Despite timely and meticulous surgical reconstruction, recovery following proximal traumatic peripheral nerve injuries is often poor. Muscles that are denervated for over a year are characterized by fibrosis and loss of motor end plates and cannot be effectively reinnervated even when regenerating axons reach their motor targets. Agents capable of increasing the rate of axonal regeneration and appropriately directing regenerating motor axons down motor paths and sensory axons down sensory paths after injury have been sought to optimize recovery from peripheral nerve injuries. The exogenous administration of neurotrophic factors and neuroimmunophilin ligands have demonstrated variable neuroregenerative efficacy. Glial-derived neurotrophic factor (GDNF) is an especially potent motor neuron survival factor that has shown some benefit in recovery following peripheral nerve injury. However, the effects of GDNF on the rate and specificity (motor vs. sensory) of axonal regeneration, the importance of its route of administration, and its mechanism of action have not been rigorously tested in clinically relevant peripheral nerve injury paradigms. To address these issues, we have developed two distinct lines of transgenic mice with well-characterized patterns of GDNF overexpression in the central nervous system or peripheral muscle. In addition, these mice express enhanced yellow fluorescent protein in most of their their motor and sensory axons or green fluorescent protein in only a few peripheral motor nerves to enable serial tracking of nerve regeneration. In our specific aims we use these murine models to study the neuroenhancing effects of central or peripheral GDNF overexpression following nerve injury.
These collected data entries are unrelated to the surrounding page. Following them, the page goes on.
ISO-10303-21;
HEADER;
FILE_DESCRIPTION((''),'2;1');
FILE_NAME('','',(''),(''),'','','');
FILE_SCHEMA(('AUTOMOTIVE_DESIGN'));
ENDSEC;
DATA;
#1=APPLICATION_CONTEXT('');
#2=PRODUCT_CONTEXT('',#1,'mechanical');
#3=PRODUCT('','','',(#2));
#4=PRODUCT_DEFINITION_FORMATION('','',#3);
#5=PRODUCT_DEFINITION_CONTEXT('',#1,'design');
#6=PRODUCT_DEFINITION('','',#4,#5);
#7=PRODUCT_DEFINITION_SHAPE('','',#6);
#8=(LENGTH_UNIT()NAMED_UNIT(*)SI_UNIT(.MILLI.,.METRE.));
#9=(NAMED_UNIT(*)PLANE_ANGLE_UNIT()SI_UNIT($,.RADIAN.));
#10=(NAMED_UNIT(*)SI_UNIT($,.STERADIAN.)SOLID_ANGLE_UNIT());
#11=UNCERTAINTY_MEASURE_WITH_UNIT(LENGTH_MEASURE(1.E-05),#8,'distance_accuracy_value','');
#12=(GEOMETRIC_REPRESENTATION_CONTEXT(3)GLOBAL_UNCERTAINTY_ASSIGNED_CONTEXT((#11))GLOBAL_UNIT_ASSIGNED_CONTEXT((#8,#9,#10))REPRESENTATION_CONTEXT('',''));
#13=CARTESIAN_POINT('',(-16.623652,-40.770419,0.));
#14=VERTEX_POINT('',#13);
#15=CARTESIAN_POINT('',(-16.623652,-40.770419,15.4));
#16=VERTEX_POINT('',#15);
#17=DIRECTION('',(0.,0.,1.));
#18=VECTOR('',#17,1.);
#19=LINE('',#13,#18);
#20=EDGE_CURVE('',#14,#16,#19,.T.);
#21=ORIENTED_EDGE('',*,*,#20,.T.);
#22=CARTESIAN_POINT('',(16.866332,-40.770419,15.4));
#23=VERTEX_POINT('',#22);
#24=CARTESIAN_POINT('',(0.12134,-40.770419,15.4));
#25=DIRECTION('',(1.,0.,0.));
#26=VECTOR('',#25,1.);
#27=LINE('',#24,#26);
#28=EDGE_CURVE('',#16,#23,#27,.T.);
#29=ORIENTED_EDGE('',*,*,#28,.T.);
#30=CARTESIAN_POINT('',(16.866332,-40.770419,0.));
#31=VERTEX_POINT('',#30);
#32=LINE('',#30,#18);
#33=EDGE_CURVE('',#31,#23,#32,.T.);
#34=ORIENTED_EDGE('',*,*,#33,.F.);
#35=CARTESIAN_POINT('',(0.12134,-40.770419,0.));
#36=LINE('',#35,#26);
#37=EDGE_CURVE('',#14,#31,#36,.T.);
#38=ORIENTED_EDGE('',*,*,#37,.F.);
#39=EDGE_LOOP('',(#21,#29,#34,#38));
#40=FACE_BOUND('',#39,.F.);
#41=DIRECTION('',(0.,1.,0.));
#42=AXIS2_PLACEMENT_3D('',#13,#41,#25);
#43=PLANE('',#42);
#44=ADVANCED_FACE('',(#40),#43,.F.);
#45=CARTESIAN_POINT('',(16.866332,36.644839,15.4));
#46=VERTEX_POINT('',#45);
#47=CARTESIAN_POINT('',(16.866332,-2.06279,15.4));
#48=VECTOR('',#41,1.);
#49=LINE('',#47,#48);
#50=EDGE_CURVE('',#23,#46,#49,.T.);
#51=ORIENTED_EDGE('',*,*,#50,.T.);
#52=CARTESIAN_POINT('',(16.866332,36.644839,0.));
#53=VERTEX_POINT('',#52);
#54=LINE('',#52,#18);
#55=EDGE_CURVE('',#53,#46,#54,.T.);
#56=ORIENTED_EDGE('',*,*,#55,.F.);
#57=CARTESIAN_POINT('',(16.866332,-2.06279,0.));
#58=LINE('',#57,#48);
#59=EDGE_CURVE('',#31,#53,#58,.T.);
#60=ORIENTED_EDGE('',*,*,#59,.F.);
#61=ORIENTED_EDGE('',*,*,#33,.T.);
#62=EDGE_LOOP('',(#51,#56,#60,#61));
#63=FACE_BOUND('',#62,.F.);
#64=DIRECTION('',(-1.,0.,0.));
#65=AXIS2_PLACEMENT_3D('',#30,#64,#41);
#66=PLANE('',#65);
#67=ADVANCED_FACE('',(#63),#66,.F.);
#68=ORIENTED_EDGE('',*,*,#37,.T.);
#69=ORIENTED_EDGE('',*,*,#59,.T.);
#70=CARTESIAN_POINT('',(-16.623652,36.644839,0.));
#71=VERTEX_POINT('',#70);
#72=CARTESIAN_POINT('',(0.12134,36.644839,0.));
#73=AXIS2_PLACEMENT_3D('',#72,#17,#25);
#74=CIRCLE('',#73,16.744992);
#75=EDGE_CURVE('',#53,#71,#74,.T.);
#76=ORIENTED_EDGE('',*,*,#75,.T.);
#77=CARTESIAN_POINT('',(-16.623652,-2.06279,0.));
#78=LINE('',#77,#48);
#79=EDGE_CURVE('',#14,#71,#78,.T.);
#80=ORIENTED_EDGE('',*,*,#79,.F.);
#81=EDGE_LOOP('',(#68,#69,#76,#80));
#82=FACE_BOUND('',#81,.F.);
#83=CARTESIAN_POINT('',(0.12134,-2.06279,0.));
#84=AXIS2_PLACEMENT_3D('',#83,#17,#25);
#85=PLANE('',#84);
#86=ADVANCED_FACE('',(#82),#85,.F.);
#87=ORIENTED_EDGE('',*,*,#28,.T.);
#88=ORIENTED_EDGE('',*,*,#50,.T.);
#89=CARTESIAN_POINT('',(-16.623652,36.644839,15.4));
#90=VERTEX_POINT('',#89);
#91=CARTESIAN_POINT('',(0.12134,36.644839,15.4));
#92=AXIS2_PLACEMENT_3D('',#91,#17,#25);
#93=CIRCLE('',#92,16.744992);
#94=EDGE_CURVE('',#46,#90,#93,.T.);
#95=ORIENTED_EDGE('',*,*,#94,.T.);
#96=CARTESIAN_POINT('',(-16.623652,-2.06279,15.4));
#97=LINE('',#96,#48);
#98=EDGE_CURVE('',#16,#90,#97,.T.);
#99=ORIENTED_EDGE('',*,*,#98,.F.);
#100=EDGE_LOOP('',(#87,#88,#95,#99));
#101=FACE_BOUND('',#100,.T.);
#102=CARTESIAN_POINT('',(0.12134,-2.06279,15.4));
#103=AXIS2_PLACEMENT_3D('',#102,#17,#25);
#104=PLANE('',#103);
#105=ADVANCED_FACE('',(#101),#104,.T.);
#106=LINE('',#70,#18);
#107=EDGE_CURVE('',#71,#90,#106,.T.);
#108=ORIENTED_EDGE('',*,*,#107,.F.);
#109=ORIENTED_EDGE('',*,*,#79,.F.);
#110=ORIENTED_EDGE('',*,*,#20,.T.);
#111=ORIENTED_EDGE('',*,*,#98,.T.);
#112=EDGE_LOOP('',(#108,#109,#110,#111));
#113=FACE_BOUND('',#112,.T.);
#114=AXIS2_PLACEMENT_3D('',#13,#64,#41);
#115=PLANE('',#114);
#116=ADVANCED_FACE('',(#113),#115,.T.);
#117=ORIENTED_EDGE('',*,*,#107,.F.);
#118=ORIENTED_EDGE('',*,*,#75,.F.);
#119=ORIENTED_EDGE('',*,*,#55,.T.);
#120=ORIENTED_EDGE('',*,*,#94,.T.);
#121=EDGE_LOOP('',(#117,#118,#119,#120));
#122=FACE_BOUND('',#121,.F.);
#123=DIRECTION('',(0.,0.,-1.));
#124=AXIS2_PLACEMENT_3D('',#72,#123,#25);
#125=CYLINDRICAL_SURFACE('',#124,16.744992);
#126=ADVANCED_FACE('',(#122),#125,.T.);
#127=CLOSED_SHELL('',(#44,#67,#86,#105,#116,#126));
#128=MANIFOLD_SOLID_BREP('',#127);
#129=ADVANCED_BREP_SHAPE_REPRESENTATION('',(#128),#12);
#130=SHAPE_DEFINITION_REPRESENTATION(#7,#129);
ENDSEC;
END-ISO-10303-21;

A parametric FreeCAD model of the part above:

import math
import FreeCAD as App
import Part
import Sketcher

V = App.Vector

doc = App.newDocument("Part")
body = doc.addObject("PartDesign::Body", "Body")

sketch1 = doc.addObject("Sketcher::SketchObject", "Sketch")
body.addObject(sketch1)
sketch1.AttachmentSupport = (doc.XY_Plane, [""])
sketch1.MapMode = "FlatFace"
sketch1.addGeometry([
    Part.LineSegment(V(-17, 37, 0), V(-17, -41, 0)),
    Part.LineSegment(V(-17, -41, 0), V(17, -41, 0)),
    Part.LineSegment(V(17, -41, 0), V(17, 37, 0)),
    Part.ArcOfCircle(Part.Circle(V(0, 37, 0), V(0, 0, 1), 17), math.radians(0), math.radians(180)),
], False)
sketch1.addConstraint([
    Sketcher.Constraint("Coincident", 0, 2, 1, 1),
    Sketcher.Constraint("Coincident", 1, 2, 2, 1),
    Sketcher.Constraint("Tangent", 2, 2, 3, 1),
    Sketcher.Constraint("Tangent", 3, 2, 0, 1),
    Sketcher.Constraint("Vertical", 0),
    Sketcher.Constraint("Horizontal", 1),
    Sketcher.Constraint("Vertical", 2),
    Sketcher.Constraint("Radius", 3, 16.744992),
    Sketcher.Constraint("DistanceY", 0, 2, 0, 1, 77.415258),
    Sketcher.Constraint("DistanceX", -1, 1, 3, 3, 0.12134),
    Sketcher.Constraint("DistanceY", -1, 1, 3, 3, 36.644839),
])
pad1 = doc.addObject("PartDesign::Pad", "Pad")
body.addObject(pad1)
pad1.Profile = sketch1
pad1.Length = 15.4

doc.recompute()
In aims 1 a and 1b, the neuroregenerative effects of central or peripheral GDNF overexpression are compared between proximal and distal peripheral nerve crush and repaired transection injuries both morphologically and functionally. We will also study GDNF-mediated downstream signaling pathways and GDNF-mediated transcriptional regulation involved in nerve regeneration.
In aim 2 a the neuroenhancing effects of GDNF overexpression from central and peripheral sources are evaluated in transection injuries repaired in an acute or delayed fashion with nerve grafts orend- to-side repair.
In aim 2 b we study the additive effects of GDNF and FK506 on nerve regeneration both histologically and mechanistically following end-to-end repair of sciatic nerve transection injury. In addition to establishing the route of GDNF delivery, peripheral- or central-, that will most effectively stimulate regeneration after peripheral nerve injury, in aim 3 we utilize our transgenic model to study preferential motor reinnervation - a concept with extreme clinical relevance to peripheral nerve surgeons. Wewill determine which source of trophic support, target- or pathway-derived has the most influence in directing regenerating axons to their appropriate targets.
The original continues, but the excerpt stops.